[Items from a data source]
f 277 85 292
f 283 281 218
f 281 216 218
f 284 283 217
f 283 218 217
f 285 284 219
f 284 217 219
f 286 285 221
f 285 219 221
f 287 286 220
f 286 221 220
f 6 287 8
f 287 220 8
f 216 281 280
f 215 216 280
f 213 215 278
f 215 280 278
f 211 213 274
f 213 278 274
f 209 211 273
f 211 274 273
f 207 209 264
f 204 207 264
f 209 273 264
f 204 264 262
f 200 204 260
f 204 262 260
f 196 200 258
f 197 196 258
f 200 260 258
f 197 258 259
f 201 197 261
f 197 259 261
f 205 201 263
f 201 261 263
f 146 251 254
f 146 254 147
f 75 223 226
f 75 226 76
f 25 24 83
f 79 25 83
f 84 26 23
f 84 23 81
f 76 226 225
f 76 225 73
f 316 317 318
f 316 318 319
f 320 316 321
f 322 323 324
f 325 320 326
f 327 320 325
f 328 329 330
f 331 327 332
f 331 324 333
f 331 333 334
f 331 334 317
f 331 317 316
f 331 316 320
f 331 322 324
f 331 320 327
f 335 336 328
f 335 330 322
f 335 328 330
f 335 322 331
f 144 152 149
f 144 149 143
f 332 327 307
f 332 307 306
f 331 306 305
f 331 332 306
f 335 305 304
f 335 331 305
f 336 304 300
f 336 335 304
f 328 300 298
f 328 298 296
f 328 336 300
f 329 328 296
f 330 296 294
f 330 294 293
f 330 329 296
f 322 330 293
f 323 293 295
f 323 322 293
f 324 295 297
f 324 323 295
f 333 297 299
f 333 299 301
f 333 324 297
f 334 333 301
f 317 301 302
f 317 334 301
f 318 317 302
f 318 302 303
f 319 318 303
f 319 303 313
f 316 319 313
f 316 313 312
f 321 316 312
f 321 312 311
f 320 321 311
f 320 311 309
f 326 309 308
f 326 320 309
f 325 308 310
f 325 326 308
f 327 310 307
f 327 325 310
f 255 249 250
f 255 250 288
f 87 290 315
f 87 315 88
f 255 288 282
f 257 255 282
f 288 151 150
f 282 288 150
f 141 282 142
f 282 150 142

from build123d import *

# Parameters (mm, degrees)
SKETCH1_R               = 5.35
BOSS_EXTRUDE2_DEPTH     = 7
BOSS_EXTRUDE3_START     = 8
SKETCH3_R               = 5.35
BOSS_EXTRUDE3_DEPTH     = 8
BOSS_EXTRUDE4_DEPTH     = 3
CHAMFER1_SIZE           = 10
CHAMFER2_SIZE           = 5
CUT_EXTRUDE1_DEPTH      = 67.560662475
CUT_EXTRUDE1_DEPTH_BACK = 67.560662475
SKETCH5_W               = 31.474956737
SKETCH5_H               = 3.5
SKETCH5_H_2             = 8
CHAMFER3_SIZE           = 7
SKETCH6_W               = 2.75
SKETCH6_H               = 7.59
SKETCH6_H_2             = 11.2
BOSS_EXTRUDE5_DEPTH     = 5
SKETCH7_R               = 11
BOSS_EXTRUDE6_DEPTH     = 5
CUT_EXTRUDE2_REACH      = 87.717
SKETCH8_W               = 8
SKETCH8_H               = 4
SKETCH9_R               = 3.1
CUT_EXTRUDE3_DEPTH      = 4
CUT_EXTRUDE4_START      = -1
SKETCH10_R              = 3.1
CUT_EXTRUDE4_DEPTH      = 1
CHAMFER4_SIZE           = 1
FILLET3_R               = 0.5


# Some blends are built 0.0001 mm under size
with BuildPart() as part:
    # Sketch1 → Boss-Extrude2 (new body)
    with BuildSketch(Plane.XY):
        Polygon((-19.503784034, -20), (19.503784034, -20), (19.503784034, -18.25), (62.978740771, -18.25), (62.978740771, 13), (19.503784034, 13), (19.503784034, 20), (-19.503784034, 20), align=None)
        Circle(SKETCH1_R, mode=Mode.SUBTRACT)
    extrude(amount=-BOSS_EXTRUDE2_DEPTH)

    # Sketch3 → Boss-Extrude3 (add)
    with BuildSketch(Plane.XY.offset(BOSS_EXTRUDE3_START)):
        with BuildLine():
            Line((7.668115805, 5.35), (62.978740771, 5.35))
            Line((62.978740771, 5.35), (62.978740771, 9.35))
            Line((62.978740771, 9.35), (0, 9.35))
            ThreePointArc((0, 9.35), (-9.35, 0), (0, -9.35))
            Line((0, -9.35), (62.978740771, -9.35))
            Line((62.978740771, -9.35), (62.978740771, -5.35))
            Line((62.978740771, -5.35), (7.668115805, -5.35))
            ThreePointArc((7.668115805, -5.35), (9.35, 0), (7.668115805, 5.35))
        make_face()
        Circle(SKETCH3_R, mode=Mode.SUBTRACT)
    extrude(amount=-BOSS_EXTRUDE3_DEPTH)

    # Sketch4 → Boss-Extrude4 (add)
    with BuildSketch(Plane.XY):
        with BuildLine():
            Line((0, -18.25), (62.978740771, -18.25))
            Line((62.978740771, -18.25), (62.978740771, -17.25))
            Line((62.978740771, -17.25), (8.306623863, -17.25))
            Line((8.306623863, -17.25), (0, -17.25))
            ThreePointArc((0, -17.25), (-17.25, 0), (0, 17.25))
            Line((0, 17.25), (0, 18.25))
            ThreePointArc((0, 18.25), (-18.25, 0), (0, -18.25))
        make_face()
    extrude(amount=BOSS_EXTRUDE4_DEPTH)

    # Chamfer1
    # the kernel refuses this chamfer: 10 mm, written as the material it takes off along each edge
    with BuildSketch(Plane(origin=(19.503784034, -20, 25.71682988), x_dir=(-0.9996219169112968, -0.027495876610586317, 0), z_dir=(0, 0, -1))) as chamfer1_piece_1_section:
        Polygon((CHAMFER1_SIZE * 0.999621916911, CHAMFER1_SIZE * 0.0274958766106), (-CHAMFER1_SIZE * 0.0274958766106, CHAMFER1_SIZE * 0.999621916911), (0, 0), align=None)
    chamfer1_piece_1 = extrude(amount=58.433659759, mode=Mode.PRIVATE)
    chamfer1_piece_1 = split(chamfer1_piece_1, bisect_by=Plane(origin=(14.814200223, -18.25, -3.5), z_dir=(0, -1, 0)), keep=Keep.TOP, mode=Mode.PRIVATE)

*Work order:* This calls for all of the entries above, repeated exactly.

*Finished exercise:*
f 277 85 292
f 283 281 218
f 281 216 218
f 284 283 217
f 283 218 217
f 285 284 219
f 284 217 219
f 286 285 221
f 285 219 221
f 287 286 220
f 286 221 220
f 6 287 8
f 287 220 8
f 216 281 280
f 215 216 280
f 213 215 278
f 215 280 278
f 211 213 274
f 213 278 274
f 209 211 273
f 211 274 273
f 207 209 264
f 204 207 264
f 209 273 264
f 204 264 262
f 200 204 260
f 204 262 260
f 196 200 258
f 197 196 258
f 200 260 258
f 197 258 259
f 201 197 261
f 197 259 261
f 205 201 263
f 201 261 263
f 146 251 254
f 146 254 147
f 75 223 226
f 75 226 76
f 25 24 83
f 79 25 83
f 84 26 23
f 84 23 81
f 76 226 225
f 76 225 73
f 316 317 318
f 316 318 319
f 320 316 321
f 322 323 324
f 325 320 326
f 327 320 325
f 328 329 330
f 331 327 332
f 331 324 333
f 331 333 334
f 331 334 317
f 331 317 316
f 331 316 320
f 331 322 324
f 331 320 327
f 335 336 328
f 335 330 322
f 335 328 330
f 335 322 331
f 144 152 149
f 144 149 143
f 332 327 307
f 332 307 306
f 331 306 305
f 331 332 306
f 335 305 304
f 335 331 305
f 336 304 300
f 336 335 304
f 328 300 298
f 328 298 296
f 328 336 300
f 329 328 296
f 330 296 294
f 330 294 293
f 330 329 296
f 322 330 293
f 323 293 295
f 323 322 293
f 324 295 297
f 324 323 295
f 333 297 299
f 333 299 301
f 333 324 297
f 334 333 301
f 317 301 302
f 317 334 301
f 318 317 302
f 318 302 303
f 319 318 303
f 319 303 313
f 316 319 313
f 316 313 312
f 321 316 312
f 321 312 311
f 320 321 311
f 320 311 309
f 326 309 308
f 326 320 309
f 325 308 310
f 325 326 308
f 327 310 307
f 327 325 310
f 255 249 250
f 255 250 288
f 87 290 315
f 87 315 88
f 255 288 282
f 257 255 282
f 288 151 150
f 282 288 150
f 141 282 142
f 282 150 142

from build123d import *

# Parameters (mm, degrees)
SKETCH1_R               = 5.35
BOSS_EXTRUDE2_DEPTH     = 7
BOSS_EXTRUDE3_START     = 8
SKETCH3_R               = 5.35
BOSS_EXTRUDE3_DEPTH     = 8
BOSS_EXTRUDE4_DEPTH     = 3
CHAMFER1_SIZE           = 10
CHAMFER2_SIZE           = 5
CUT_EXTRUDE1_DEPTH      = 67.560662475
CUT_EXTRUDE1_DEPTH_BACK = 67.560662475
SKETCH5_W               = 31.474956737
SKETCH5_H               = 3.5
SKETCH5_H_2             = 8
CHAMFER3_SIZE           = 7
SKETCH6_W               = 2.75
SKETCH6_H               = 7.59
SKETCH6_H_2             = 11.2
BOSS_EXTRUDE5_DEPTH     = 5
SKETCH7_R               = 11
BOSS_EXTRUDE6_DEPTH     = 5
CUT_EXTRUDE2_REACH      = 87.717
SKETCH8_W               = 8
SKETCH8_H               = 4
SKETCH9_R               = 3.1
CUT_EXTRUDE3_DEPTH      = 4
CUT_EXTRUDE4_START      = -1
SKETCH10_R              = 3.1
CUT_EXTRUDE4_DEPTH      = 1
CHAMFER4_SIZE           = 1
FILLET3_R               = 0.5


# Some blends are built 0.0001 mm under size
with BuildPart() as part:
    # Sketch1 → Boss-Extrude2 (new body)
    with BuildSketch(Plane.XY):
        Polygon((-19.503784034, -20), (19.503784034, -20), (19.503784034, -18.25), (62.978740771, -18.25), (62.978740771, 13), (19.503784034, 13), (19.503784034, 20), (-19.503784034, 20), align=None)
        Circle(SKETCH1_R, mode=Mode.SUBTRACT)
    extrude(amount=-BOSS_EXTRUDE2_DEPTH)

    # Sketch3 → Boss-Extrude3 (add)
    with BuildSketch(Plane.XY.offset(BOSS_EXTRUDE3_START)):
        with BuildLine():
            Line((7.668115805, 5.35), (62.978740771, 5.35))
            Line((62.978740771, 5.35), (62.978740771, 9.35))
            Line((62.978740771, 9.35), (0, 9.35))
            ThreePointArc((0, 9.35), (-9.35, 0), (0, -9.35))
            Line((0, -9.35), (62.978740771, -9.35))
            Line((62.978740771, -9.35), (62.978740771, -5.35))
            Line((62.978740771, -5.35), (7.668115805, -5.35))
            ThreePointArc((7.668115805, -5.35), (9.35, 0), (7.668115805, 5.35))
        make_face()
        Circle(SKETCH3_R, mode=Mode.SUBTRACT)
    extrude(amount=-BOSS_EXTRUDE3_DEPTH)

    # Sketch4 → Boss-Extrude4 (add)
    with BuildSketch(Plane.XY):
        with BuildLine():
            Line((0, -18.25), (62.978740771, -18.25))
            Line((62.978740771, -18.25), (62.978740771, -17.25))
            Line((62.978740771, -17.25), (8.306623863, -17.25))
            Line((8.306623863, -17.25), (0, -17.25))
            ThreePointArc((0, -17.25), (-17.25, 0), (0, 17.25))
            Line((0, 17.25), (0, 18.25))
            ThreePointArc((0, 18.25), (-18.25, 0), (0, -18.25))
        make_face()
    extrude(amount=BOSS_EXTRUDE4_DEPTH)

    # Chamfer1
    # the kernel refuses this chamfer: 10 mm, written as the material it takes off along each edge
    with BuildSketch(Plane(origin=(19.503784034, -20, 25.71682988), x_dir=(-0.9996219169112968, -0.027495876610586317, 0), z_dir=(0, 0, -1))) as chamfer1_piece_1_section:
        Polygon((CHAMFER1_SIZE * 0.999621916911, CHAMFER1_SIZE * 0.0274958766106), (-CHAMFER1_SIZE * 0.0274958766106, CHAMFER1_SIZE * 0.999621916911), (0, 0), align=None)
    chamfer1_piece_1 = extrude(amount=58.433659759, mode=Mode.PRIVATE)
    chamfer1_piece_1 = split(chamfer1_piece_1, bisect_by=Plane(origin=(14.814200223, -18.25, -3.5), z_dir=(0, -1, 0)), keep=Keep.TOP, mode=Mode.PRIVATE)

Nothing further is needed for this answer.